浦安の新成人の鼠踊りについて

朝日新聞のコラムでこんな表現があったという。
まあ何というか、日頃「公器」だの「社会の木鐸」などという大仰なことを言うメディアがする表現ではない。
下品
もし本当に戒める目的があったとしても、こんな酔っ払い親父の管巻きのような言質で相手が反省するわけがない。
ところで、いくつかのサイトを見て回ったところでは、指摘されていないようなので、書いておく。
なぜ浦安ではディズニーランドで成人式をするのか
東京ディズニーランドは浦安の主要産業なのである。
企業の誘致というのは、田舎町にとっては一大事業だ。
鈴鹿市がホンダ自動車のサーキットと工場誘致をしたときに「本田総一郎は町役場で出された一杯の粗茶でここに工場を作るのを決めた」というエピソードが伝説になっている。

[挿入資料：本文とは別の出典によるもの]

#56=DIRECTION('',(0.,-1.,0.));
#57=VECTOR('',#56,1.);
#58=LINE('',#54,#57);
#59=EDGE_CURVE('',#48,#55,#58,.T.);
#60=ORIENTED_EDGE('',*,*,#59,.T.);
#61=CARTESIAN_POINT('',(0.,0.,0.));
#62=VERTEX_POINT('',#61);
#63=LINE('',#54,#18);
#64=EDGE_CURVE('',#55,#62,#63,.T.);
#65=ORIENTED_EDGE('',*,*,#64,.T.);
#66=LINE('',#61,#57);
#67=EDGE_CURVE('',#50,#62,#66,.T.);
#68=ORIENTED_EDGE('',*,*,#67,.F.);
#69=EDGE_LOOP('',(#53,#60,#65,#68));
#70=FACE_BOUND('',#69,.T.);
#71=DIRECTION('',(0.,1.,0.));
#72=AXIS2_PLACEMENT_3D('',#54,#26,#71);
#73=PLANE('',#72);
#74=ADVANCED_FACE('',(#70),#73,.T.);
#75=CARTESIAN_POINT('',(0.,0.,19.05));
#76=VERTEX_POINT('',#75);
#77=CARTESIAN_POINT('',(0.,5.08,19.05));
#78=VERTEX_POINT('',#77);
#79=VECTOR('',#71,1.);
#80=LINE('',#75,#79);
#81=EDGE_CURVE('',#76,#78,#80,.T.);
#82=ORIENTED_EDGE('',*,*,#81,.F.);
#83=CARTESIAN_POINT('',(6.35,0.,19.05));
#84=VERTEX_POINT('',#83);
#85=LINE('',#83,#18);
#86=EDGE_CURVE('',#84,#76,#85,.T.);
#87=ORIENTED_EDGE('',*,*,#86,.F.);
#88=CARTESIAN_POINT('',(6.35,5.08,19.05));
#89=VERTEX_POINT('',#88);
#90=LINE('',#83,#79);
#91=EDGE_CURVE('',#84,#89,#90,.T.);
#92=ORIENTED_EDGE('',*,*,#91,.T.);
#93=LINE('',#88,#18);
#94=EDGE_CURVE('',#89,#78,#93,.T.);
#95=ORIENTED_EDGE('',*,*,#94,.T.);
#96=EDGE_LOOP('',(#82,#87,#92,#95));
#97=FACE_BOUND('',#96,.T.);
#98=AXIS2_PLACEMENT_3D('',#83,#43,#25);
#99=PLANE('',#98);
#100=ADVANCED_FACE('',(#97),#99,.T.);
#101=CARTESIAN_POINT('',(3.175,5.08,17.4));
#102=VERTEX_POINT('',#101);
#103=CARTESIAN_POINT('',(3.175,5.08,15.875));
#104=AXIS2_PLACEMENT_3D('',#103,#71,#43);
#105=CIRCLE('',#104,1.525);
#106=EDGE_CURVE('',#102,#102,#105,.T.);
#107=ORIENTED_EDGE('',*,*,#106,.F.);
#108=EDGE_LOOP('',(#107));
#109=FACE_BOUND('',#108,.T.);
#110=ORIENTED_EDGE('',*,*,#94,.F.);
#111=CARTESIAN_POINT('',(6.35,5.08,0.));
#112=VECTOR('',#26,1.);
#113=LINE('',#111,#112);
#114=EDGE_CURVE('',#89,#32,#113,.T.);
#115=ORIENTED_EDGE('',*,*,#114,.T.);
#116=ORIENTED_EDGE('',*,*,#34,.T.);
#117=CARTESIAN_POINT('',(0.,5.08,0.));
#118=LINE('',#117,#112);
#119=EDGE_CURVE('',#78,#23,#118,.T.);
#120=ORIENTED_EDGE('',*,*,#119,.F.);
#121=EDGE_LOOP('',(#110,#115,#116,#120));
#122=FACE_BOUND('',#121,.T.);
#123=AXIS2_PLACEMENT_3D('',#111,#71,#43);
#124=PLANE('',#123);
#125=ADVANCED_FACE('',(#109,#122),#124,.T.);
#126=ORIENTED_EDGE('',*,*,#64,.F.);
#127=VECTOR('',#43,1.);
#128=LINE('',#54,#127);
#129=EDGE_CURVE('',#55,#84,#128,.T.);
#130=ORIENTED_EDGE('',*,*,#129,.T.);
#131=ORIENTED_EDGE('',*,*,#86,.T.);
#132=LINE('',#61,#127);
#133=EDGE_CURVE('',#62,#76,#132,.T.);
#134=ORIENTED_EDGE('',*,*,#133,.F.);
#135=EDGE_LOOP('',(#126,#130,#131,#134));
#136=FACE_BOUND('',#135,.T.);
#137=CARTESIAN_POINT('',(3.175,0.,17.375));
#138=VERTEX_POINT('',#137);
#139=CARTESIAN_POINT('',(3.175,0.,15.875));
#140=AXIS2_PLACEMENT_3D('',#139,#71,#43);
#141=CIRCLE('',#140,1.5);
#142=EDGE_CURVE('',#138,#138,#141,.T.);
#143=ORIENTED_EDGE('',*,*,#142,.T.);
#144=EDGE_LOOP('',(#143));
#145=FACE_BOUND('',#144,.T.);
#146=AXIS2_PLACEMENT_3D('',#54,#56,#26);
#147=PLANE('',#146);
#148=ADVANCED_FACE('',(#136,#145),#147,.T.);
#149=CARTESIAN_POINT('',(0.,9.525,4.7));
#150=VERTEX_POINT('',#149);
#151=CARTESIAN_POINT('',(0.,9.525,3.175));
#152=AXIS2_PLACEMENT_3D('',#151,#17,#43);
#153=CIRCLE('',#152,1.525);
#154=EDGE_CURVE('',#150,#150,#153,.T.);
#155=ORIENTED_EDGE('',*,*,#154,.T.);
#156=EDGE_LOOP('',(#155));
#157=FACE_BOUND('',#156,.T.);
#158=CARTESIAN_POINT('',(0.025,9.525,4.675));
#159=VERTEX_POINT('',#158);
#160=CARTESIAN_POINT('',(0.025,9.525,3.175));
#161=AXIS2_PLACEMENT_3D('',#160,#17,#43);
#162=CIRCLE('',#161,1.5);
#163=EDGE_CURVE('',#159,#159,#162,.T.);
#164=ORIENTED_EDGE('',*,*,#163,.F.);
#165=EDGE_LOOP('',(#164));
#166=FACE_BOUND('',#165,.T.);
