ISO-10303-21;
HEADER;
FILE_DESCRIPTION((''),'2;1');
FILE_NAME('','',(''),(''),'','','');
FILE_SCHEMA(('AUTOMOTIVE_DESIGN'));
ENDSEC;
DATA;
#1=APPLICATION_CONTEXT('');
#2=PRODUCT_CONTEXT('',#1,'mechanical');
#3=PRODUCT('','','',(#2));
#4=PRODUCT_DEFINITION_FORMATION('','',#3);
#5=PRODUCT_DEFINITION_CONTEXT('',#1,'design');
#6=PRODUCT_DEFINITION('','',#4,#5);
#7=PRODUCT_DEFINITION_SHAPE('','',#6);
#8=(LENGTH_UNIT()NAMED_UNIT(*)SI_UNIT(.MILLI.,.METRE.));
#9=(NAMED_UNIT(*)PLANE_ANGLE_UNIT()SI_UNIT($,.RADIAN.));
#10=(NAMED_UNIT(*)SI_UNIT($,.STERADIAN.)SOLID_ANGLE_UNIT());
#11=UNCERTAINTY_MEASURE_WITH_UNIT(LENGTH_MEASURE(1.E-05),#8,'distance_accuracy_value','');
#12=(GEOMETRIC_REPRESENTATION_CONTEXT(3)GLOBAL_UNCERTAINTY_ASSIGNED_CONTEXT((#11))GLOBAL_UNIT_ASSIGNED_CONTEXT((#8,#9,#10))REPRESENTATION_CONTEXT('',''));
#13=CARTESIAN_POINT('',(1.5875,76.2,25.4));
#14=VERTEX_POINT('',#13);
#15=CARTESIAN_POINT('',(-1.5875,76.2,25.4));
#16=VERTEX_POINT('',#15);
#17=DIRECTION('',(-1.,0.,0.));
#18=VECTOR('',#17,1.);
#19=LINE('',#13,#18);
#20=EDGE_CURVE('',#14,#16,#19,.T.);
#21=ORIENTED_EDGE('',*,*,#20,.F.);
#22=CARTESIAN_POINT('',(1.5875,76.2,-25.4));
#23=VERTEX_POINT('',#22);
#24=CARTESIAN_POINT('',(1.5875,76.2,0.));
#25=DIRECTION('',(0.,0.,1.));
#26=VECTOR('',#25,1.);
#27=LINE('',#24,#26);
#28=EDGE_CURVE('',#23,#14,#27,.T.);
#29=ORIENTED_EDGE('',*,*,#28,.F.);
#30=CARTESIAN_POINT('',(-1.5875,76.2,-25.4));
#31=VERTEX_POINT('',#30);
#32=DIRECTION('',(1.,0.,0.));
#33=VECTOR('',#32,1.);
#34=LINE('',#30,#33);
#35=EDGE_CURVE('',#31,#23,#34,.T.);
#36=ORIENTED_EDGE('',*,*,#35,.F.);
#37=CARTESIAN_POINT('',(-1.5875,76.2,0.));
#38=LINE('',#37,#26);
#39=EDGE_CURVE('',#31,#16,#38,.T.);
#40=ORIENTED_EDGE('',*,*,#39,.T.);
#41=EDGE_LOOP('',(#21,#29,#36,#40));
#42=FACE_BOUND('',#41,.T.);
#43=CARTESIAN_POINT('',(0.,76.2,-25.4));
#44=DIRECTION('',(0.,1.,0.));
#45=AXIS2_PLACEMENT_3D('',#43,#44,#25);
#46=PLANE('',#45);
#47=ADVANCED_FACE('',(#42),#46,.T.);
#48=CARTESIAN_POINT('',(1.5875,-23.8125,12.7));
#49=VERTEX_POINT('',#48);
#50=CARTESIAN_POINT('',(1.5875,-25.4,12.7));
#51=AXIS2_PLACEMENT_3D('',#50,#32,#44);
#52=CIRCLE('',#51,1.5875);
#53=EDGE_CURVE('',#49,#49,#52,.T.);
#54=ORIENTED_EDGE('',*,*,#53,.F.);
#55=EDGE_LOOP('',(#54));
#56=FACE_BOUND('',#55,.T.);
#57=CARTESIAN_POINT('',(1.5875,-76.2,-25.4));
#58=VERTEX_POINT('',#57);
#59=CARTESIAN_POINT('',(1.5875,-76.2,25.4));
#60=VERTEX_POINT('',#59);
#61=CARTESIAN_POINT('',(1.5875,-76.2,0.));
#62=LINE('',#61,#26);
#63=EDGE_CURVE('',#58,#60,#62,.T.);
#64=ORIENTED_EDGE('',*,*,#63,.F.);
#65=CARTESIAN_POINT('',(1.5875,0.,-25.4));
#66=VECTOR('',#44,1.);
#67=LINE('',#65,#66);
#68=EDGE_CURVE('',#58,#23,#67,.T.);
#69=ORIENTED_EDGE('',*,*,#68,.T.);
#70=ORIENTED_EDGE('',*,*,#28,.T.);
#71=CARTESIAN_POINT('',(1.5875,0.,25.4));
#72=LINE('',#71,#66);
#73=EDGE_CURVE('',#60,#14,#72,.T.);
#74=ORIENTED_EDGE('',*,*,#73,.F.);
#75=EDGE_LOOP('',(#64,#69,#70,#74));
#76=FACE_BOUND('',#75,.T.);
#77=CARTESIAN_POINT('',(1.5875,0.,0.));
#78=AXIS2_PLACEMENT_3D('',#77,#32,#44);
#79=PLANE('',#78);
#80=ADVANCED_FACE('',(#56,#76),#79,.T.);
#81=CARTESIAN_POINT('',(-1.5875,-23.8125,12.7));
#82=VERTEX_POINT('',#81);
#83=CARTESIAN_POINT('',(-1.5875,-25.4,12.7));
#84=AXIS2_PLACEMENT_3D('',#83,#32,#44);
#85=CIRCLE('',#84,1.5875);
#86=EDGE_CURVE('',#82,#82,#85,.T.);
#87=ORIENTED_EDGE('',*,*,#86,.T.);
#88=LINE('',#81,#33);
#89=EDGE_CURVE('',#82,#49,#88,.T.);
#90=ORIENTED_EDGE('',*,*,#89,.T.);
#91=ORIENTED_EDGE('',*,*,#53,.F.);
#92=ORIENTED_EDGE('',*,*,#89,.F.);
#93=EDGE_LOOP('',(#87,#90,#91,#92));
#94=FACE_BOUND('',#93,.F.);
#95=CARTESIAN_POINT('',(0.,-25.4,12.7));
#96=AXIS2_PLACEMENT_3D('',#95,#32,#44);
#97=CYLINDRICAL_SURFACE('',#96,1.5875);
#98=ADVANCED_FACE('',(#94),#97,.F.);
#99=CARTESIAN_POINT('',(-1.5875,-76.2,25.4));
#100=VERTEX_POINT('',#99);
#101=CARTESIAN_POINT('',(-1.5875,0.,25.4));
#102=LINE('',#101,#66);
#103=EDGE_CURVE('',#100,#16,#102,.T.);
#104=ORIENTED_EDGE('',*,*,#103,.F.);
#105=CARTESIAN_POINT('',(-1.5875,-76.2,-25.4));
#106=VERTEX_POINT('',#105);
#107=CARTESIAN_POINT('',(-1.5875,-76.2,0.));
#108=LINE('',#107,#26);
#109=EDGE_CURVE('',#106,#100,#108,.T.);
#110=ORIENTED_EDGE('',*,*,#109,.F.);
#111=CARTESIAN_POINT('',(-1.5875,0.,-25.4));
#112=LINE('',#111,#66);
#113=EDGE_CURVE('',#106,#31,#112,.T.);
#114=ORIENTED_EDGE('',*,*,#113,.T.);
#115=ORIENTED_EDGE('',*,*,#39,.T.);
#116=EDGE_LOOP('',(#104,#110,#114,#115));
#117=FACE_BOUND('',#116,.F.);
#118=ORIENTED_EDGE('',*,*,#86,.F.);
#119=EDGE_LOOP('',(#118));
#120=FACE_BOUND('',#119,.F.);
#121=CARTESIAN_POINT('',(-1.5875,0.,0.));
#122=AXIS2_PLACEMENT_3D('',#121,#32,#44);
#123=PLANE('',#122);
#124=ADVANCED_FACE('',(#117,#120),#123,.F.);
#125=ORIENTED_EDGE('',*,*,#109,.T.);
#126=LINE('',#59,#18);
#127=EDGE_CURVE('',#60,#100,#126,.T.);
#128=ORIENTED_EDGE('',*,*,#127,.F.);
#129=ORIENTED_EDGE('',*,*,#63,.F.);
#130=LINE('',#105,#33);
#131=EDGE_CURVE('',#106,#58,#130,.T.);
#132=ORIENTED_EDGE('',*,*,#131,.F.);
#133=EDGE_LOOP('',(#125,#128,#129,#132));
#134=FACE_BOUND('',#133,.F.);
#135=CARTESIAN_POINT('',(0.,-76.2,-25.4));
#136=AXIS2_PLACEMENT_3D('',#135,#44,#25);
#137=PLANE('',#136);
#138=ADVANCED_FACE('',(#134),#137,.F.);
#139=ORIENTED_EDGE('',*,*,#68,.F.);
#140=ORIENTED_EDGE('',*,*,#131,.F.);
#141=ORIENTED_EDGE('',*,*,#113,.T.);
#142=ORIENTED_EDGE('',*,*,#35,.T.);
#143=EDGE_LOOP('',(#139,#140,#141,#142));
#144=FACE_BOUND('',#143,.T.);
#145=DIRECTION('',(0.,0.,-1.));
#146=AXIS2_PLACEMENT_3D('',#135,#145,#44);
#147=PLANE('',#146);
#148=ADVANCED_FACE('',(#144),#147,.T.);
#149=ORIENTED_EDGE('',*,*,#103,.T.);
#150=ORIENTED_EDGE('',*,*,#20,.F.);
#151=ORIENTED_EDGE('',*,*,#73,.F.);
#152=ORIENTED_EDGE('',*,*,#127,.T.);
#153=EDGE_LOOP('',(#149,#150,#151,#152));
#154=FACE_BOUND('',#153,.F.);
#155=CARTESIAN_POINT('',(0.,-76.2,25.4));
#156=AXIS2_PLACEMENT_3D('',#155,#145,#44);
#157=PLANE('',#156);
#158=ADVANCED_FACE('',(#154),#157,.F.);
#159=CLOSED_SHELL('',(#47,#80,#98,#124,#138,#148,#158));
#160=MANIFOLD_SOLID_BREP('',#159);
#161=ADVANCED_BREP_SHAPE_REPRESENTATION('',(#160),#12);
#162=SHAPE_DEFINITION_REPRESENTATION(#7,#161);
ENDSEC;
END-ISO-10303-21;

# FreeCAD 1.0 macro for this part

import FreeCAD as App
import Part
import Sketcher
from FreeCAD import Vector
Q = App.Units.Quantity

doc = App.newDocument("Part")
params = doc.addObject("Spreadsheet::Sheet", "Params")
for row, (alias, value) in enumerate([
    ("sketch1_width", "6 in"),
    ("sketch1_height", "2 in"),
    ("pad1_length", "0.125 in"),
    ("sketch2_diameter", "0.125 in"),
    ("pocket1_length", "0.125 in"),
], start=1):
    params.set(f"A{row}", alias)
    params.set(f"B{row}", "=" + value)
    params.setAlias(f"B{row}", alias)

body = doc.addObject("PartDesign::Body", "Body")

# Sketch on YZ plane
sketch1 = doc.addObject("Sketcher::SketchObject", "Sketch")
body.addObject(sketch1)
sketch1.AttachmentSupport = (doc.YZ_Plane, [""])
sketch1.MapMode = "FlatFace"
sketch1.addGeometry([
    Part.LineSegment(Vector(-76, 25, 0), Vector(-76, -25, 0)),
    Part.LineSegment(Vector(-76, -25, 0), Vector(76, -25, 0)),
    Part.LineSegment(Vector(76, -25, 0), Vector(76, 25, 0)),
    Part.LineSegment(Vector(76, 25, 0), Vector(-76, 25, 0)),
], False)
sketch1.addConstraint([
    Sketcher.Constraint("Coincident", 0, 2, 1, 1),
    Sketcher.Constraint("Coincident", 1, 2, 2, 1),
    Sketcher.Constraint("Coincident", 2, 2, 3, 1),
    Sketcher.Constraint("Coincident", 3, 2, 0, 1),
    Sketcher.Constraint("Vertical", 0),
    Sketcher.Constraint("Horizontal", 1),
    Sketcher.Constraint("Vertical", 2),
    Sketcher.Constraint("Horizontal", 3),
    Sketcher.Constraint("Symmetric", 0, 2, 2, 2, -1, 1),
    Sketcher.Constraint("DistanceX", 1, 1, 1, 2, Q("6 in")),
    Sketcher.Constraint("DistanceY", 0, 2, 0, 1, Q("2 in")),
])
sketch1.setExpression("Constraints[9]", "Params.sketch1_width")
sketch1.setExpression("Constraints[10]", "Params.sketch1_height")
pad1 = doc.addObject("PartDesign::Pad", "Pad")
body.addObject(pad1)
pad1.Profile = sketch1
pad1.setExpression("Length", "Params.pad1_length")
pad1.Midplane = True

# Sketch on YZ plane
sketch2 = doc.addObject("Sketcher::SketchObject", "Sketch001")
body.addObject(sketch2)
sketch2.AttachmentSupport = (doc.YZ_Plane, [""])
sketch2.MapMode = "FlatFace"
sketch2.addGeometry(Part.Circle(Vector(-25.4, 12.7, 0), Vector(0, 0, 1), 1.6), False)
sketch2.addConstraint([
    Sketcher.Constraint("Diameter", 0, Q("0.125 in")),
    Sketcher.Constraint("DistanceX", 0, 3, -1, 1, Q("1 in")),
    Sketcher.Constraint("DistanceY", -1, 1, 0, 3, Q("0.5 in")),
])
sketch2.setExpression("Constraints[0]", "Params.sketch2_diameter")
pocket1 = doc.addObject("PartDesign::Pocket", "Pocket")
body.addObject(pocket1)
pocket1.Profile = sketch2
pocket1.setExpression("Length", "Params.pocket1_length")
pocket1.Midplane = True

doc.recompute()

浦安もディズニーランドの誘致には町の将来に関わる真剣な取り組みだったのだ。
「浦安 ディズニーランド 誘致」でググって見ればよい。当時、どんな状況で何が行われたかわかるだろう。
海と浦安
浦安の歴史に学ぶ
ディズニーをつくった町の物語
東京ディズニーリゾート関連書籍 1 – 舞浜狂
今回、僕は「ディズニー一族が候補地のひとつとして浦安を視察に来たとき、町民挙げてのプレゼンテーションに感激してここにディズニーランドを建設することを決定した」という不確かな記憶を頼りに検索した。
けれども、実際はそれ上にドラマチックな事業だった。
最貧困層の漁業部落。
江戸時代から続く自然災害地域。
近隣の工業化によって引き起こされた度重なる海洋汚染。
貧困からの脱出を賭けた再開発プラン。
環境破壊から決別しようとしての遊戯施設誘致。
土地開発会社との攻防。
ライバル誘致先の台頭。
いくつもいくつもいくつものハードルを乗り越えて、浦安という底辺の町が再生するための一大プロジェクトだったのだ。
その成功の証としてこれからの浦安を担う成人のための式を東京ディズニーランドで行われるのは必然なのだ。
現在の夢の遊戯施設が、先人の労苦の上に成り立っていることを知るにはこれ以上の場所はない。ディズニーランドは浦安の希望であり、理想であり、誇りなのだ。
もしディズニーランドがなければ、浦安は今でも都市に労働力を吸収されていたに違いない。成人式への参加率が70%という数値は、浦安では誇り以外の何者でもないだろう。
若者が浦安に留まり、浦安の町を支えていてくれるということだからだ。
最後に。
僕は東京ディズニーランドへは行ったことがない。行く気もしないし、今後も真っ平だ。
(そのせいで家族には非難されている)
ミッキーマウスもミッキーマウス法も嫌いだし、ウォルト・ディズニーなど恥知らずのパクリ屋で、労働組合つぶしに躍起になった自由の敵だと思っている。
ディズニーランドの誘致には、足の引っ張り合いもあっただろうし、やくざとの付き合いも、利権もあったんだろうとは思う。
けれど、今度、浦安の町に行った時には、ディズニーランドを見る目が変わるだろう。
僕の目に映るのは、取り残された町だった浦安の、自由と夢と希望のモニュメントだ。